#### [WHAT THIS TASK INVOLVES]
Give again, word for word, each line below starting at the one that contains "#344=ORIENTED_EDGE('',*,*,#286,.F.);" and ending at the one that contains "#367=CARTESIAN_POINT('',(11.381507,-1.294445,1.717679));".

#### [RECORDS SHOWN]
○ ○ ○ ○ ○ ○ ○

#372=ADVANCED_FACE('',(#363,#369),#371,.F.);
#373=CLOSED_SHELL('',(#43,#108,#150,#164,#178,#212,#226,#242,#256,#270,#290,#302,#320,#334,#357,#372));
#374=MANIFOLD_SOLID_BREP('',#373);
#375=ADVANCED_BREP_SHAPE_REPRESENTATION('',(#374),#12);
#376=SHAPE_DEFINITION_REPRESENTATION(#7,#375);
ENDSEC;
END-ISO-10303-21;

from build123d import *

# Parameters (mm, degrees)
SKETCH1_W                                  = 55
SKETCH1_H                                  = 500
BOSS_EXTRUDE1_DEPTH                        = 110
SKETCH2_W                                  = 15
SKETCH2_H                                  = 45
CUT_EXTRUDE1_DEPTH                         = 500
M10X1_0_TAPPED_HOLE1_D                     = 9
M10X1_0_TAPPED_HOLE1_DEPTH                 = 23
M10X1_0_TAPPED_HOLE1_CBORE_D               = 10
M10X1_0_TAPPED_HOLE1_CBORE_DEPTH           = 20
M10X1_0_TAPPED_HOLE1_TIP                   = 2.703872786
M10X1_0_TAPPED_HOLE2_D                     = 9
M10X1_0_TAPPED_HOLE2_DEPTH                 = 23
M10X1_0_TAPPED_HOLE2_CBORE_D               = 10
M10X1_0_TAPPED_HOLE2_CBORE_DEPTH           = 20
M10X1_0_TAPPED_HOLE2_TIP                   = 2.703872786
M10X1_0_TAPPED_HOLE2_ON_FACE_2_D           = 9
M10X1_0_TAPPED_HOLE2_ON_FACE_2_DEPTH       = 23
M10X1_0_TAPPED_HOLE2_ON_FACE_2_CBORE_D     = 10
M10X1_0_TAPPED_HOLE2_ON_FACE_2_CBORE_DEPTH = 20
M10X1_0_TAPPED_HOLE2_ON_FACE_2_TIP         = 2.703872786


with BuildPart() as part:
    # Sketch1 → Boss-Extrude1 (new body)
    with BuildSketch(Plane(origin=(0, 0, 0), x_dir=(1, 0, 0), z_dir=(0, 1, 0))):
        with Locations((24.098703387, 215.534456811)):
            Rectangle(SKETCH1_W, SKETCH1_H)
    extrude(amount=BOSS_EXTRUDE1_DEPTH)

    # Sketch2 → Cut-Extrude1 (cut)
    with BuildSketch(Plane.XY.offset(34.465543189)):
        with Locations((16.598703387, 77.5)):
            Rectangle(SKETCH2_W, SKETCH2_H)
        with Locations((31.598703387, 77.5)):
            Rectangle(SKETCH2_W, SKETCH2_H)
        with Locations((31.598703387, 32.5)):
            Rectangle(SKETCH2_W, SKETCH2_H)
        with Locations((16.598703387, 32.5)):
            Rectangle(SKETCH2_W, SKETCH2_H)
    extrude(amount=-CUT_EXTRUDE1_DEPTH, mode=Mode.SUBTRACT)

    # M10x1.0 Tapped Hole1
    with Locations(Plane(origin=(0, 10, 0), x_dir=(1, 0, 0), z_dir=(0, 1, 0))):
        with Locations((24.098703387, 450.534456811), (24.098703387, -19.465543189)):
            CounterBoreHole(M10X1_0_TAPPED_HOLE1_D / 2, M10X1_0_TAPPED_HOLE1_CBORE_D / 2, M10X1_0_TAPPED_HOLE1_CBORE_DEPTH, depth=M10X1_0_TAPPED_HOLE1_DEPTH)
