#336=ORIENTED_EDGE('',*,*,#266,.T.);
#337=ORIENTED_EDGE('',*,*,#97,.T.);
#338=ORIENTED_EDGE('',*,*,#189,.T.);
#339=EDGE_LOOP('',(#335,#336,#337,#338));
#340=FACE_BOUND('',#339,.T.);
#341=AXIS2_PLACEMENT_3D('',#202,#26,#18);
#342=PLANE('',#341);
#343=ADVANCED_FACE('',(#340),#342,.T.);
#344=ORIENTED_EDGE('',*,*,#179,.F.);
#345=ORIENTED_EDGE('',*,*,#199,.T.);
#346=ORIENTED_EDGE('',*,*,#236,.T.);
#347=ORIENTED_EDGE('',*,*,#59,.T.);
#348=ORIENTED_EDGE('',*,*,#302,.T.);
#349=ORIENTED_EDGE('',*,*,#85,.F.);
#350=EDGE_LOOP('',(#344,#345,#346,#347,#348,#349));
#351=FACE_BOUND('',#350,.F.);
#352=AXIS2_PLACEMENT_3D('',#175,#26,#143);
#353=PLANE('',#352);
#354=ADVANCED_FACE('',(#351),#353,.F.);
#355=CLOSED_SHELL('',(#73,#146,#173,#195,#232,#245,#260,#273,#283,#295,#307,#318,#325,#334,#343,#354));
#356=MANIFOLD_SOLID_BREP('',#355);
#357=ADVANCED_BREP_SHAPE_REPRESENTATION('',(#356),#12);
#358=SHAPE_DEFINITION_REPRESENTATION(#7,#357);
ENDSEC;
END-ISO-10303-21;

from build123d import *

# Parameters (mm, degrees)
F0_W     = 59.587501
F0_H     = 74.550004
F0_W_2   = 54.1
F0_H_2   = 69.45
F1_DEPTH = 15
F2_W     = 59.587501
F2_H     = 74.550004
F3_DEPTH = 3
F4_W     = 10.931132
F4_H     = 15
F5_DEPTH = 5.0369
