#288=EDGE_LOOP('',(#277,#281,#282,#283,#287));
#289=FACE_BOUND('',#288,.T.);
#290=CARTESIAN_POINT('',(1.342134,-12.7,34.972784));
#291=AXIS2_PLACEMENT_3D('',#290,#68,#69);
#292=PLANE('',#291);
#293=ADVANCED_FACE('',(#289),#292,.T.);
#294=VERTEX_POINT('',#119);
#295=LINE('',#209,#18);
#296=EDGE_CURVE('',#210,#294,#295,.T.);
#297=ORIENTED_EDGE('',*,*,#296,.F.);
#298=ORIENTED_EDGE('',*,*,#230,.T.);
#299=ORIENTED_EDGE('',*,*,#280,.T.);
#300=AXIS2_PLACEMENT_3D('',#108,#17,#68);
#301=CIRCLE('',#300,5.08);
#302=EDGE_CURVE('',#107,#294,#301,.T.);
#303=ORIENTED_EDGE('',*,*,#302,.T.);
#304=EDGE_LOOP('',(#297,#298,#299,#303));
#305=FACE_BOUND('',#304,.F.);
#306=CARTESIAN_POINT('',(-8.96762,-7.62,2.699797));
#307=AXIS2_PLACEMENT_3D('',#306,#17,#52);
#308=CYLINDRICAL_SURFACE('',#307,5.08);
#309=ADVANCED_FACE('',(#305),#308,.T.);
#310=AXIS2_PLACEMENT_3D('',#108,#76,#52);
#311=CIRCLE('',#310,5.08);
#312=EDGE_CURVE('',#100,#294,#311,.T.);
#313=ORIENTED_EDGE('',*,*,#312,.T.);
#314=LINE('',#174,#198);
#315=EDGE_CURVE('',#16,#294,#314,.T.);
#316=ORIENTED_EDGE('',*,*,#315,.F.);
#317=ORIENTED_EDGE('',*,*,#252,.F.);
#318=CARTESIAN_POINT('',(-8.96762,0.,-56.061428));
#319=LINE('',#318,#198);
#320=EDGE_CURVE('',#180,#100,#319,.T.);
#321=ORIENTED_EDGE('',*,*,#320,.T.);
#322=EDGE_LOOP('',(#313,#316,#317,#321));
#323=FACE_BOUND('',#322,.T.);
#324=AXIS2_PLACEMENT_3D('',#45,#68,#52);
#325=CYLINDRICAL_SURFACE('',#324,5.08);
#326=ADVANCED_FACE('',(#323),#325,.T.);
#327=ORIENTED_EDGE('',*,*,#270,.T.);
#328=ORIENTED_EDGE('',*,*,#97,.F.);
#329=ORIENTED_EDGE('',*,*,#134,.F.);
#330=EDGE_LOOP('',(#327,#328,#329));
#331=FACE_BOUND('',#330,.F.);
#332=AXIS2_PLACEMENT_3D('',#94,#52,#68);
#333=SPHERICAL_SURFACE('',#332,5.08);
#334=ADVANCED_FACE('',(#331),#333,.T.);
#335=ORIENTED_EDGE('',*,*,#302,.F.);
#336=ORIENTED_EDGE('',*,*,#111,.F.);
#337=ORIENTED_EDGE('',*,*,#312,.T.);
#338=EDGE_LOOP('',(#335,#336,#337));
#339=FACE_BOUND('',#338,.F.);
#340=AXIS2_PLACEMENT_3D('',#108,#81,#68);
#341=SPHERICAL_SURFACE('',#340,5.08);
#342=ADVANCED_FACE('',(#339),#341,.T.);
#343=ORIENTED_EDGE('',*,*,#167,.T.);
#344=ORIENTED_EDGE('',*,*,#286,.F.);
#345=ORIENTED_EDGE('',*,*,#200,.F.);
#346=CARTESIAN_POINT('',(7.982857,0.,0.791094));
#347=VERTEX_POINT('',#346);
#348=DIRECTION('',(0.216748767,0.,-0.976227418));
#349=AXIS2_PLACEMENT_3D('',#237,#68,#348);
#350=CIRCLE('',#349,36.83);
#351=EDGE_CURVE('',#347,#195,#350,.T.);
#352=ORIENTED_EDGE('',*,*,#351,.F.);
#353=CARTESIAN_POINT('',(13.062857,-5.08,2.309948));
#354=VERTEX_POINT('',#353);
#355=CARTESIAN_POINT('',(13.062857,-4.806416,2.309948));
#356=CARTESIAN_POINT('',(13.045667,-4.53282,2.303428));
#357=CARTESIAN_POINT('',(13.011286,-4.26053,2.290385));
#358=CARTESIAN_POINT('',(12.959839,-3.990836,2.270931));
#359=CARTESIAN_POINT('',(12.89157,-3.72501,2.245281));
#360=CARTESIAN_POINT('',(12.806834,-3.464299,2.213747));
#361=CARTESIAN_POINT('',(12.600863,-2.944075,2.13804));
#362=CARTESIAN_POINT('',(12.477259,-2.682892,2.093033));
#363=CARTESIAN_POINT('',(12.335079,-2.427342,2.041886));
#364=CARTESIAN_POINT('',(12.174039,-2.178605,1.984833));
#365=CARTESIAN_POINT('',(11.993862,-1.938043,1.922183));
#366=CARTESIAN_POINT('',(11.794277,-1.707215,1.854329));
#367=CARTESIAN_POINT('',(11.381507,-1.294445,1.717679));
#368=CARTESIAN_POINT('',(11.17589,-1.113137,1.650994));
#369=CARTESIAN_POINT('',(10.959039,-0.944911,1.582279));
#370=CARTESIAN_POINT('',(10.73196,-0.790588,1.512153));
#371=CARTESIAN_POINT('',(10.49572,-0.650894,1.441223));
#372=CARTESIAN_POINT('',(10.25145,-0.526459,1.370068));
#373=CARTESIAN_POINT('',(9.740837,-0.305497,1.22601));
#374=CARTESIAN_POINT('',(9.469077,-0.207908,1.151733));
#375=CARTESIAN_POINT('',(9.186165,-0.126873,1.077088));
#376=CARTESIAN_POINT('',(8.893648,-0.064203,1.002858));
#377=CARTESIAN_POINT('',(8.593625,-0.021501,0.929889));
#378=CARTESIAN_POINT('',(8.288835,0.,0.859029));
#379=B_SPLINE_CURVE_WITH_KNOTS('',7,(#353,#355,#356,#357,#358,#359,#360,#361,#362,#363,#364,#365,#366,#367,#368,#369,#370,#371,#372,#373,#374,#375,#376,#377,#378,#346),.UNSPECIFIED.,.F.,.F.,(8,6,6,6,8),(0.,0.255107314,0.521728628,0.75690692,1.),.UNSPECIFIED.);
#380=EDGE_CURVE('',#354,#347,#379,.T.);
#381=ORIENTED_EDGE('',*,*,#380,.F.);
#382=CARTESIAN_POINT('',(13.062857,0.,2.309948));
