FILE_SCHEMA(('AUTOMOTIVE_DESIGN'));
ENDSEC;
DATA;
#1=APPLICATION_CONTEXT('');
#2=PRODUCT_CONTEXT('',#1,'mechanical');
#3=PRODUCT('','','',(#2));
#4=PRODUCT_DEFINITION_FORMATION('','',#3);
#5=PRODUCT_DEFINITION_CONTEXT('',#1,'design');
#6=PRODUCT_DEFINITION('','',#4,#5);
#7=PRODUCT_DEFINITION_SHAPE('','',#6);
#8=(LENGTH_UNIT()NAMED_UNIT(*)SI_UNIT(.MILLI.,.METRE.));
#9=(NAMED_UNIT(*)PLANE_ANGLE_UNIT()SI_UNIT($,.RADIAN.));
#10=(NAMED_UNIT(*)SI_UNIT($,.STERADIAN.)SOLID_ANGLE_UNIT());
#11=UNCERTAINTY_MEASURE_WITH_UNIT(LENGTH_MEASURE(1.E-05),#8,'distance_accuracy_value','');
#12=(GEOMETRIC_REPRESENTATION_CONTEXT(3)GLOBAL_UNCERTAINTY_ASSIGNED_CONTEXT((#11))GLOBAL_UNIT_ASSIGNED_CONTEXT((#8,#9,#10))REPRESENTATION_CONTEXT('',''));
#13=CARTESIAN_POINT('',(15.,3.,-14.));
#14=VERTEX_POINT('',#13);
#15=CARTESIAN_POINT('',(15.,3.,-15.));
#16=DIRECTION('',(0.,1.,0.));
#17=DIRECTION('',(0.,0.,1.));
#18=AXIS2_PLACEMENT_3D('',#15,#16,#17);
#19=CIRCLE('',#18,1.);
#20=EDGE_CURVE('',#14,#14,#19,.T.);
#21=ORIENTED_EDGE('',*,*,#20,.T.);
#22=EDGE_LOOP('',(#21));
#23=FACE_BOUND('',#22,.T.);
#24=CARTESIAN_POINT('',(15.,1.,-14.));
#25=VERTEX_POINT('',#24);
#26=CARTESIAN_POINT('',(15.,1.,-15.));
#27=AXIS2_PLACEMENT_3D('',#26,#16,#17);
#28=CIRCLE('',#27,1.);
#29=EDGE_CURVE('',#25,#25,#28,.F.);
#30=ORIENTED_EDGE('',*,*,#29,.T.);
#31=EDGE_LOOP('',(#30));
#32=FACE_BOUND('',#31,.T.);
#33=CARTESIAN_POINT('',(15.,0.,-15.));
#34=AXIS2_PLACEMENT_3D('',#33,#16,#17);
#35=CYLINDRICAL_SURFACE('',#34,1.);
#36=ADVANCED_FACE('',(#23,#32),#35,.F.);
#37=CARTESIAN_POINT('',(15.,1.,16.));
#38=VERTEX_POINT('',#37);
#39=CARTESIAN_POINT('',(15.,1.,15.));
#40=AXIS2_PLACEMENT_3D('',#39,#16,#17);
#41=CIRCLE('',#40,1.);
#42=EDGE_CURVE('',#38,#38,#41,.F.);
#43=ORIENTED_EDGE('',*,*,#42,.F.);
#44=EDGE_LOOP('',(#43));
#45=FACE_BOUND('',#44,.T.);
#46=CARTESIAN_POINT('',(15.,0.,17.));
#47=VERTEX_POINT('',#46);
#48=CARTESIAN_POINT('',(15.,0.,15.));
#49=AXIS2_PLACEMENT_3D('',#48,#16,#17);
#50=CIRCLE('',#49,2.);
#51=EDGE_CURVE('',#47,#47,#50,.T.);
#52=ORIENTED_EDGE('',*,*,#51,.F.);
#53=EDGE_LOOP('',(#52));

○ ○ ○ ○ ○ ○ ○

#### [RESULT FOR THIS TASK]
#344=ORIENTED_EDGE('',*,*,#286,.F.);
#345=ORIENTED_EDGE('',*,*,#200,.F.);
#346=CARTESIAN_POINT('',(7.982857,0.,0.791094));
#347=VERTEX_POINT('',#346);
#348=DIRECTION('',(0.216748767,0.,-0.976227418));
#349=AXIS2_PLACEMENT_3D('',#237,#68,#348);
#350=CIRCLE('',#349,36.83);
#351=EDGE_CURVE('',#347,#195,#350,.T.);
#352=ORIENTED_EDGE('',*,*,#351,.F.);
#353=CARTESIAN_POINT('',(13.062857,-5.08,2.309948));
#354=VERTEX_POINT('',#353);
#355=CARTESIAN_POINT('',(13.062857,-4.806416,2.309948));
#356=CARTESIAN_POINT('',(13.045667,-4.53282,2.303428));
#357=CARTESIAN_POINT('',(13.011286,-4.26053,2.290385));
#358=CARTESIAN_POINT('',(12.959839,-3.990836,2.270931));
#359=CARTESIAN_POINT('',(12.89157,-3.72501,2.245281));
#360=CARTESIAN_POINT('',(12.806834,-3.464299,2.213747));
#361=CARTESIAN_POINT('',(12.600863,-2.944075,2.13804));
#362=CARTESIAN_POINT('',(12.477259,-2.682892,2.093033));
#363=CARTESIAN_POINT('',(12.335079,-2.427342,2.041886));
#364=CARTESIAN_POINT('',(12.174039,-2.178605,1.984833));
#365=CARTESIAN_POINT('',(11.993862,-1.938043,1.922183));
#366=CARTESIAN_POINT('',(11.794277,-1.707215,1.854329));
#367=CARTESIAN_POINT('',(11.381507,-1.294445,1.717679));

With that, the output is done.